Amor, meditação e morte...


"Se você amou, então seu amor permanece.
Se você meditou, então sua meditação permanece. Tudo que você obteve em seu mundo interior permanece, tudo que você armazenou em seu mundo exterior se vai.
A morte pode pegar apenas aquilo que você possui; ela não pode pegar aquilo que você é.

Você possui dinheiro, poder, e isso ela pegará. Você não possui meditação, pois não se trata de ter algo a ser possuído por você, mas de uma qualidade do seu ser. Ela é você!
Você não possui o amor; ele não é uma posse, ele é ser. A riqueza interior irá com você e a exterior será retirada. Devido ao exterior pertencer ao corpo, o corpo cairá e todo o mundo exterior cairá e desaparecerá com ele.
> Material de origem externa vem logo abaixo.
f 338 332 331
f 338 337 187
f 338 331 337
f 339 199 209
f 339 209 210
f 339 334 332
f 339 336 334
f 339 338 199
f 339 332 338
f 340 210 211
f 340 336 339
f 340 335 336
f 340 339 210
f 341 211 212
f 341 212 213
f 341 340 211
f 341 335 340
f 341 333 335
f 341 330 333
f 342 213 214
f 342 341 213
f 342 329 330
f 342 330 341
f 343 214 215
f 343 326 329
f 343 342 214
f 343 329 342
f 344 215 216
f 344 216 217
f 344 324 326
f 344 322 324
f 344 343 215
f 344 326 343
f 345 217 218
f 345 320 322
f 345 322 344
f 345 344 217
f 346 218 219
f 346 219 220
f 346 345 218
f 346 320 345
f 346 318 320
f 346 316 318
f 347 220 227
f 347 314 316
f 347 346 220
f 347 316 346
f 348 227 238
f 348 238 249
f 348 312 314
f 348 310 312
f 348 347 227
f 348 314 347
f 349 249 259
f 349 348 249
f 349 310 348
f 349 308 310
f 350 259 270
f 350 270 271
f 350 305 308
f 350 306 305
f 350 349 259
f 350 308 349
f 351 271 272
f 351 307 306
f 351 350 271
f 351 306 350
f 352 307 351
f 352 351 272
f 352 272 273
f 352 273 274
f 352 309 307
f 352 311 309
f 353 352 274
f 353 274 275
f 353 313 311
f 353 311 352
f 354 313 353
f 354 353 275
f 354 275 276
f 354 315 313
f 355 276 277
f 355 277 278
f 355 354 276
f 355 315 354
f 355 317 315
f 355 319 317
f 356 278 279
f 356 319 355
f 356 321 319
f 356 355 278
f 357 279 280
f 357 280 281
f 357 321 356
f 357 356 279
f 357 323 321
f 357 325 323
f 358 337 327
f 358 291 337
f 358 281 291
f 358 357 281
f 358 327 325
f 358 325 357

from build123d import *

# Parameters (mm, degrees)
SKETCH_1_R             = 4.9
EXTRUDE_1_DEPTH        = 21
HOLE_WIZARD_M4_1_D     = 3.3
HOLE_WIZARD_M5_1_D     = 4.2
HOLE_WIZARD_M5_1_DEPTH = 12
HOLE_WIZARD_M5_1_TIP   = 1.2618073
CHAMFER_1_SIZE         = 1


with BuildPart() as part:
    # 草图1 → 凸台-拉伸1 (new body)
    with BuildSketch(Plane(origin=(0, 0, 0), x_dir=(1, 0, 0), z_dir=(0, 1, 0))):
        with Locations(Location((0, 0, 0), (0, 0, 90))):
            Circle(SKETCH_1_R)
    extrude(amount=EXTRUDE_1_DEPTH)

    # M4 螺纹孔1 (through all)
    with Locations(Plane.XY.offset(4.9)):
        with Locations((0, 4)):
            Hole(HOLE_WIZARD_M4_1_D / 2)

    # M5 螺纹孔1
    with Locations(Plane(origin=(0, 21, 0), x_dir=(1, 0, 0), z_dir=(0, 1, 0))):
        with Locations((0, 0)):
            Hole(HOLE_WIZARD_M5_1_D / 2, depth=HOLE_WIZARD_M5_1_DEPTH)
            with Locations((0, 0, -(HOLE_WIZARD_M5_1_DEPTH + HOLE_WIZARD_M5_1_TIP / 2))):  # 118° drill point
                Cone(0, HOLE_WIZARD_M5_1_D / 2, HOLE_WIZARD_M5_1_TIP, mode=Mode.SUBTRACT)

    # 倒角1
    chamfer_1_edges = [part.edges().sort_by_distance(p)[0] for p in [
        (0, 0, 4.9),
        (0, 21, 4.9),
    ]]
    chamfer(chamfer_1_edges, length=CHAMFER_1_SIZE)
Estes são os três pontos para se tornar iluminado: um é o amor, outro é a meditação e o terceiro é a morte. E a morte é o maior, pois é o mais natural.
Amor...pode ou não acontecer, não é uma inevitabilidade. Milhões de pessoas decidem viver sem amor. Elas vivem, mas nunca amam, portanto esse não é um fenômeno necessário; ele pode ser evitado.

E meditação - você precisa penetrar nela, fazer esforços, buscar e procurar- ela é árdua. Muito poucas pessoas fazem essa aventura. Nesse sentido o amor é mais natural, pois é algo embutido em seu ser. A meditação não é embutida. As pessoas perdem mesmo o amor, o que dizer da meditação? Menos pessoas ainda vão na direção da meditação.

Mas a morte é inevitável; não se pode evitá-la, escolhê-la. Ela está aí. Todos devem passar por ela; ela é absoluta, não há como esquivar. Tudo que se pode fazer é penetrar nela dançando ou relutando, se apegando à vida. Se você for relutante, você perderá a experiência da morte. Se você for alegremente, você terá a experiência da morte. Perder tal experiência é perder Deus, pois na morte, o amor e a meditação desabrocham automaticamente.
A morte retira seu corpo - de repente noventa por cento de sua vida evapora. A morte retira sua mente, então o dez por cento remanescente também se vai. Somente permanece a testemunha - meditação é isso. (...) ela não é mais um relacionamento, e se torna um estado de ser.
A morte simplesmente purifica seu amor e seu estado meditativo.
Sua consciência e seu amor são ambos banhados e afloram absolutamente limpos e purificados na morte.
Se você for alegremente, a morte pode se tornar seu samadhi."